== TASK INPUT ==
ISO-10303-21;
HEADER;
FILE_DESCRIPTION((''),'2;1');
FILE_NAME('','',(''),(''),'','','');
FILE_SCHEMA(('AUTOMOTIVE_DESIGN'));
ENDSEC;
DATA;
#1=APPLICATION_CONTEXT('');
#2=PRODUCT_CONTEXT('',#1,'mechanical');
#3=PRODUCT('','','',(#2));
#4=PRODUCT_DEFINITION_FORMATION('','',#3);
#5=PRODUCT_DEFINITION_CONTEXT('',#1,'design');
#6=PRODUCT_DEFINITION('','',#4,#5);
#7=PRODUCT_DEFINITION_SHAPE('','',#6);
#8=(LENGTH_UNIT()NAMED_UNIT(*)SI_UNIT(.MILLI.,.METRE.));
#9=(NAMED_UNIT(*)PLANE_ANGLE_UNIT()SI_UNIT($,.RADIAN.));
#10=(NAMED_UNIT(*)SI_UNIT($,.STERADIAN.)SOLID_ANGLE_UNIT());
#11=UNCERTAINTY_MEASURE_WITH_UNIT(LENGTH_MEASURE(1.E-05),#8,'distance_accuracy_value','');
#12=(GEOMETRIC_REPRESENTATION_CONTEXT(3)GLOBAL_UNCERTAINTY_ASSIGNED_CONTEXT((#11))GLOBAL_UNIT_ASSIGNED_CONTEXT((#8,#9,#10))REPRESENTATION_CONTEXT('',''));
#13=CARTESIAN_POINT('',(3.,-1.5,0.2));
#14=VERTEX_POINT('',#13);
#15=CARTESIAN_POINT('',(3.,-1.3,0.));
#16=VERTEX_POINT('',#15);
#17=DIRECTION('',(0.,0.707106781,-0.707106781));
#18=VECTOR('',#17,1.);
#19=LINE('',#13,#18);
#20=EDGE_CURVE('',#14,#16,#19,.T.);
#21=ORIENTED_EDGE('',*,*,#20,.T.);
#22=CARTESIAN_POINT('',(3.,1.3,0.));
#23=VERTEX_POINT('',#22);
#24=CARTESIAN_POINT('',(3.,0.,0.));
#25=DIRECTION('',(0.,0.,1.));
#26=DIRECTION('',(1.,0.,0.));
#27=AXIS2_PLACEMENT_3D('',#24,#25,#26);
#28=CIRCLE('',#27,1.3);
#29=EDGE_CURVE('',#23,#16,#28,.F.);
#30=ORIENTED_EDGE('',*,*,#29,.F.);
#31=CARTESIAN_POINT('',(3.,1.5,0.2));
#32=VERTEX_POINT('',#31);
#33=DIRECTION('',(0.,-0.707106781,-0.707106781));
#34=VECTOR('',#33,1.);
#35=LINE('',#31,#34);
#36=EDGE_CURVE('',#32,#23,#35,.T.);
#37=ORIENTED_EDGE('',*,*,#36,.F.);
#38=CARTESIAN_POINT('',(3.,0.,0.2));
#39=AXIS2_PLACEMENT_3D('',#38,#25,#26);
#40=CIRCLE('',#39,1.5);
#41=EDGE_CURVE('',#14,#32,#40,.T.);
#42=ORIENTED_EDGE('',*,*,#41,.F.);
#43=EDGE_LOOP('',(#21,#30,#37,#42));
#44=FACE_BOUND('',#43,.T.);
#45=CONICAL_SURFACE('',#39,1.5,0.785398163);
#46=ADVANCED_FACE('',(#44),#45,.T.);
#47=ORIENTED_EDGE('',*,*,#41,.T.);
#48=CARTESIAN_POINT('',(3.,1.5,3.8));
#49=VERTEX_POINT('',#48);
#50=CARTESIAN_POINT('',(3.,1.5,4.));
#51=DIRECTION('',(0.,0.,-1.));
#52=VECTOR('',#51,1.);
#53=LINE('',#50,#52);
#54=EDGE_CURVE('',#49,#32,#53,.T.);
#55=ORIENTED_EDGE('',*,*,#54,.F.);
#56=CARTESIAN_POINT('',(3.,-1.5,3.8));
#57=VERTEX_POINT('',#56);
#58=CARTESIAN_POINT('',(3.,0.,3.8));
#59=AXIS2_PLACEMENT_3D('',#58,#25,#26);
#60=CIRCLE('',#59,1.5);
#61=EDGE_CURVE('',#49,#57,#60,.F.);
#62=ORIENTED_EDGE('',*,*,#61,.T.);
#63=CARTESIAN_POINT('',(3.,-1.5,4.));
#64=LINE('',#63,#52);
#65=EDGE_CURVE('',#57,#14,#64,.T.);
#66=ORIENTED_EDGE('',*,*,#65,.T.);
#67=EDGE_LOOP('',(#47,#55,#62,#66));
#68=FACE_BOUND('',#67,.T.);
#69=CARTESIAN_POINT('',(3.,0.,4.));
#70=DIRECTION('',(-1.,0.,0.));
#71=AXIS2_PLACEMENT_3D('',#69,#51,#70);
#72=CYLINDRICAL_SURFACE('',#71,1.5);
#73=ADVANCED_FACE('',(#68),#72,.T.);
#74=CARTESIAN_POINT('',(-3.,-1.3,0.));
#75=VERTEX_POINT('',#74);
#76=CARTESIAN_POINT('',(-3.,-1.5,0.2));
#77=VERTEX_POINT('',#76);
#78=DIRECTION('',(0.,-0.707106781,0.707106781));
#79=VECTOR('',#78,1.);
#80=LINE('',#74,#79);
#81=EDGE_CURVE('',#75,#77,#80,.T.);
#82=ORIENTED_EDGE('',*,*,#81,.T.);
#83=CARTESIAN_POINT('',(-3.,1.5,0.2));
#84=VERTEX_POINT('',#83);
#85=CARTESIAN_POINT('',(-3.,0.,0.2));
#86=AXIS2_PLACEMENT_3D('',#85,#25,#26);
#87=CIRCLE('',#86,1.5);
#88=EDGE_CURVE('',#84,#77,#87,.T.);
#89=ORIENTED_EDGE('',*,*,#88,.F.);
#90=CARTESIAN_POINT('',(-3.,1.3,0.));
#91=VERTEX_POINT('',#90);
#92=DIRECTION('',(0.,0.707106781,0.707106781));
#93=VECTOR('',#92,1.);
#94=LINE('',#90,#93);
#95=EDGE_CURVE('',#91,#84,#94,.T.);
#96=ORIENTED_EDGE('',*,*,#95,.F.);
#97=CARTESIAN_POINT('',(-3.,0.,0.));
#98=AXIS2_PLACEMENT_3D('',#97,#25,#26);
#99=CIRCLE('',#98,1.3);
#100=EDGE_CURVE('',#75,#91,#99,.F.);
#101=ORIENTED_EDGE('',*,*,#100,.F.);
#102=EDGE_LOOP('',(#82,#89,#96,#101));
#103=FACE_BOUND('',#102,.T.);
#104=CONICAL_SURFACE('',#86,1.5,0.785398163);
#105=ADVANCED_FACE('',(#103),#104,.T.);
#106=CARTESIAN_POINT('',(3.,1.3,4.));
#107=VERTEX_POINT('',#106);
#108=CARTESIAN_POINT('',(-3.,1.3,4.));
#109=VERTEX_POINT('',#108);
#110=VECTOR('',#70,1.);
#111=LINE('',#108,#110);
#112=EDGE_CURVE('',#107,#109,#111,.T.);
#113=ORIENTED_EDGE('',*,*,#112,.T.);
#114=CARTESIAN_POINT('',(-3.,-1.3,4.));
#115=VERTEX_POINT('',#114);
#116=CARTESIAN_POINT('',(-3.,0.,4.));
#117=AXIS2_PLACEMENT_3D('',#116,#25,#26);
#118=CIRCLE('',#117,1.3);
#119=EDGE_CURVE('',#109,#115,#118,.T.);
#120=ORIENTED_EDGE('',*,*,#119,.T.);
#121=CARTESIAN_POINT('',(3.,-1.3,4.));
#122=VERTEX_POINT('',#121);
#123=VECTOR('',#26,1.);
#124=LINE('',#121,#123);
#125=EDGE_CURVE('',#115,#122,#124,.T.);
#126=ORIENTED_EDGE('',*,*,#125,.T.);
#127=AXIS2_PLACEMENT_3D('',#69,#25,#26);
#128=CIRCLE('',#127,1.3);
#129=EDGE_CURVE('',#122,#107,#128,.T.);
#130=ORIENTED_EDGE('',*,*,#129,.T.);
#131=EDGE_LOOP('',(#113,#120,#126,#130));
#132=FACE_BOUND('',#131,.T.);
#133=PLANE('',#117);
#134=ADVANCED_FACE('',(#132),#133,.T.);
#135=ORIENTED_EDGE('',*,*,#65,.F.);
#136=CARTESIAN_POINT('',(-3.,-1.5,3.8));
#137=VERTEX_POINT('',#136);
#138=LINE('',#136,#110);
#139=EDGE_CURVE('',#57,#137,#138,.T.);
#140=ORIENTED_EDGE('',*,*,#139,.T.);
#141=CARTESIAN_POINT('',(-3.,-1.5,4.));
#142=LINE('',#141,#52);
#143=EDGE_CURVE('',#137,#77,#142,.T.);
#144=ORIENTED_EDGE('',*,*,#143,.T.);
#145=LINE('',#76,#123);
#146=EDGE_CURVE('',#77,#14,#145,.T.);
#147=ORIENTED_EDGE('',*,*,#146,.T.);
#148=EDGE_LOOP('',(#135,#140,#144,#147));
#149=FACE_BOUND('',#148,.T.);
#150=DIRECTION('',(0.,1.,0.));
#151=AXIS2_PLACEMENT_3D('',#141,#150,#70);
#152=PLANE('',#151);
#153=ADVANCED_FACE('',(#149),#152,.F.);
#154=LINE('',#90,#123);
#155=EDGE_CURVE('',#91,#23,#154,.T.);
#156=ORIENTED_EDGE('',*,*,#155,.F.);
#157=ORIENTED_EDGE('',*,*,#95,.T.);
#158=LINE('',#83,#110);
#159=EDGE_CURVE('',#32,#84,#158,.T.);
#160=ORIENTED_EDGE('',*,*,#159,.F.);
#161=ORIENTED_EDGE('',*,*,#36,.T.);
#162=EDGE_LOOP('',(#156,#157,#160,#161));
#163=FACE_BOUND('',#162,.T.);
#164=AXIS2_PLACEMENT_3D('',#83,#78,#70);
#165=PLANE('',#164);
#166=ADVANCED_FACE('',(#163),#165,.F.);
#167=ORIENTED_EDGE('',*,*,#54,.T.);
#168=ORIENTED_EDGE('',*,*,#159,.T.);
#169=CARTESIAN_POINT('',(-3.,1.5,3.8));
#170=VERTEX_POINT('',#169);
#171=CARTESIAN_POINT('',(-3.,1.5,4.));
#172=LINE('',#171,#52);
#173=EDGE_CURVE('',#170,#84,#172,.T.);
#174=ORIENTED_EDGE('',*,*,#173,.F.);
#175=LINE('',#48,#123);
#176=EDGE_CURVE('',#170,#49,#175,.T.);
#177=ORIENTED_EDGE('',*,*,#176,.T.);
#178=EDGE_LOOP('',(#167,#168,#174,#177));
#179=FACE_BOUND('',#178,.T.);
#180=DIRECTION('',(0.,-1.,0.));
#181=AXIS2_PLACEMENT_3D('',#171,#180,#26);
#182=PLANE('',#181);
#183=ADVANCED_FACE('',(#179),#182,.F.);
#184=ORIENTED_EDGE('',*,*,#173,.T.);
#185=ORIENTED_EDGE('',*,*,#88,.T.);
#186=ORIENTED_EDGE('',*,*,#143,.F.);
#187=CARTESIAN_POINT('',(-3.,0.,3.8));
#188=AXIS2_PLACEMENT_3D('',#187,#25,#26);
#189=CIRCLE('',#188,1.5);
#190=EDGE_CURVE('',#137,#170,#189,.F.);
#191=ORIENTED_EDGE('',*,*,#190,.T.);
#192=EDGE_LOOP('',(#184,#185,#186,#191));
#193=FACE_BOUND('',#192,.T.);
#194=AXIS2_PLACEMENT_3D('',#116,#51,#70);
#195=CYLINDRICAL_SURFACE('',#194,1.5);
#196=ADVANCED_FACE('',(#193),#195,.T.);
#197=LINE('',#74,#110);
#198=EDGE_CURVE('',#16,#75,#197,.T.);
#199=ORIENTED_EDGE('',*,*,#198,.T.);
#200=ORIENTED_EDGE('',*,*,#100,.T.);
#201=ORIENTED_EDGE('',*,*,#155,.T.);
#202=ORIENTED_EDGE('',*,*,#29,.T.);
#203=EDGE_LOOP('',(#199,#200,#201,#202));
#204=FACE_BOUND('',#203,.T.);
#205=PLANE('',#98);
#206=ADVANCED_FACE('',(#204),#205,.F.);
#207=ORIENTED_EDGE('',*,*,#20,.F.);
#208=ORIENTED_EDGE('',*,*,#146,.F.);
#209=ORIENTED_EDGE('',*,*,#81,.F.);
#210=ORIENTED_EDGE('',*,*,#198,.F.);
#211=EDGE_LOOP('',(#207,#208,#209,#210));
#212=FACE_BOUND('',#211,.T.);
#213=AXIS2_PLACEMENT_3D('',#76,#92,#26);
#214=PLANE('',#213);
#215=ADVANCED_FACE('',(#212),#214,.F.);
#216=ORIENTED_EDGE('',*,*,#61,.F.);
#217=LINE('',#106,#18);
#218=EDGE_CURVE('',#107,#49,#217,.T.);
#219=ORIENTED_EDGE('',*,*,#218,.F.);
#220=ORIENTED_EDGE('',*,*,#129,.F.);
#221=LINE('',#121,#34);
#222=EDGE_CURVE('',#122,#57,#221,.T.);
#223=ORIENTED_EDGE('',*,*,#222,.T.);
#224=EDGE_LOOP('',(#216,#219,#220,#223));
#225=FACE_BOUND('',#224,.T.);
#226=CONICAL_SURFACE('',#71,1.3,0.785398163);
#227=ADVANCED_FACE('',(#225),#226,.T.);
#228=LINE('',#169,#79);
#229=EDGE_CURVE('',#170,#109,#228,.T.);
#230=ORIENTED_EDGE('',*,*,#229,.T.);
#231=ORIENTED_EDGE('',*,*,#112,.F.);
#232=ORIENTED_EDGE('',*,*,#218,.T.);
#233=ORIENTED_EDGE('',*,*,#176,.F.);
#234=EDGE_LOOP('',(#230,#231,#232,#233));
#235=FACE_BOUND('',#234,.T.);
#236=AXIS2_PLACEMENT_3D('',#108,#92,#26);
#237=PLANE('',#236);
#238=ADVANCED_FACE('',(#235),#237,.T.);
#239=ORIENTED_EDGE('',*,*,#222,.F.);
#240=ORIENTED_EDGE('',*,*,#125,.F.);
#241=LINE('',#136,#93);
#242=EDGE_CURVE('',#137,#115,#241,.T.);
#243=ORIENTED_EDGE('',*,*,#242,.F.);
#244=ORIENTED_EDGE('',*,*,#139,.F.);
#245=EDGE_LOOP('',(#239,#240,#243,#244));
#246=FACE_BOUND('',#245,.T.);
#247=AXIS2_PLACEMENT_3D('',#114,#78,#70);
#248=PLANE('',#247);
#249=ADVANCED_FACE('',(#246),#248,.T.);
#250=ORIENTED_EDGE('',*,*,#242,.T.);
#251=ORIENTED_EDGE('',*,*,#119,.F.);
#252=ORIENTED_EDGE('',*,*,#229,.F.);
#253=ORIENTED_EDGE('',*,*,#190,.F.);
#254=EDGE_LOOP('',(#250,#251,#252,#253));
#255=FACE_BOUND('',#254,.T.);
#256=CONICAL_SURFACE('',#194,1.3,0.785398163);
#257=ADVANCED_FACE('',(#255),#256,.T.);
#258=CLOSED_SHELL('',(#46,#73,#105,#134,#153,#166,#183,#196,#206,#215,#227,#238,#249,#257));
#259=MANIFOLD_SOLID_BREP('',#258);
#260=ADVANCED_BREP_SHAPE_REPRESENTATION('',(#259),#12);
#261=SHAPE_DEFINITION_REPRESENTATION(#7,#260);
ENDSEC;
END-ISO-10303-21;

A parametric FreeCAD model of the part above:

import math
import FreeCAD as App
import Part
import Sketcher
from FreeCAD import Vector


def edges_at(feature, points):
    """Names of the edges that pass closest to the given points."""
    edges = feature.Shape.Edges
    near = lambda p: min(range(len(edges)), key=lambda i: edges[i].distToShape(Part.Vertex(*p))[0])
    return sorted({f"Edge{near(p) + 1}" for p in points})

doc = App.newDocument("Part")
body = doc.addObject("PartDesign::Body", "Body")

# Sketch on XY plane
sketch1 = body.newObject("Sketcher::SketchObject", "Sketch")
sketch1.AttachmentSupport = (doc.getObject("XY_Plane"), [""])
sketch1.MapMode = "FlatFace"
sketch1.addGeometry([
    Part.LineSegment(Vector(3, 1.5, 0), Vector(-3, 1.5, 0)),
    Part.ArcOfCircle(Part.Circle(Vector(-3, 0, 0), Vector(0, 0, 1), 1.5), math.radians(90), math.radians(270)),
    Part.LineSegment(Vector(-3, -1.5, 0), Vector(3, -1.5, 0)),
    Part.ArcOfCircle(Part.Circle(Vector(3, 0, 0), Vector(0, 0, 1), 1.5), math.radians(-90), math.radians(90)),
], False)
sketch1.addConstraint([
    Sketcher.Constraint("Tangent", 0, 2, 1, 1),
    Sketcher.Constraint("Tangent", 1, 2, 2, 1),
    Sketcher.Constraint("Tangent", 2, 2, 3, 1),
    Sketcher.Constraint("Tangent", 3, 2, 0, 1),
    Sketcher.Constraint("Horizontal", 0),
    Sketcher.Constraint("Horizontal", 2),
    Sketcher.Constraint("Symmetric", 1, 3, 3, 3, -1, 1),
    Sketcher.Constraint("Radius", 1, 1.5),
    Sketcher.Constraint("DistanceX", 0, 2, 0, 1, 6.0),
])
pad1 = body.newObject("PartDesign::Pad", "Pad")
pad1.Profile = sketch1
pad1.Length = 4
doc.recompute()

chamfer = body.newObject("PartDesign::Chamfer", "Chamfer")
chamfer.Base = (pad1, edges_at(pad1, [
    (4.5, 0, 4),
    (0, 1.5, 4),
    (-4.5, 0, 4),
    (0, 1.5, 0),
    (4.5, 0, 0),
    (0, -1.5, 0),
    (-4.5, 0, 0),
    (0, -1.5, 4),
]))
chamfer.Size = 0.2

doc.recompute()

== AIM OF THE TASK ==
Return exactly the lines above from the line that has "#116=CARTESIAN_POINT('',(-3.,0.,4.));" through the line that has "#129=EDGE_CURVE('',#122,#107,#128,.T.);", inclusive, and nothing else.

== ANSWER BOX ==
#116=CARTESIAN_POINT('',(-3.,0.,4.));
#117=AXIS2_PLACEMENT_3D('',#116,#25,#26);
#118=CIRCLE('',#117,1.3);
#119=EDGE_CURVE('',#109,#115,#118,.T.);
#120=ORIENTED_EDGE('',*,*,#119,.T.);
#121=CARTESIAN_POINT('',(3.,-1.3,4.));
#122=VERTEX_POINT('',#121);
#123=VECTOR('',#26,1.);
#124=LINE('',#121,#123);
#125=EDGE_CURVE('',#115,#122,#124,.T.);
#126=ORIENTED_EDGE('',*,*,#125,.T.);
#127=AXIS2_PLACEMENT_3D('',#69,#25,#26);
#128=CIRCLE('',#127,1.3);
#129=EDGE_CURVE('',#122,#107,#128,.T.);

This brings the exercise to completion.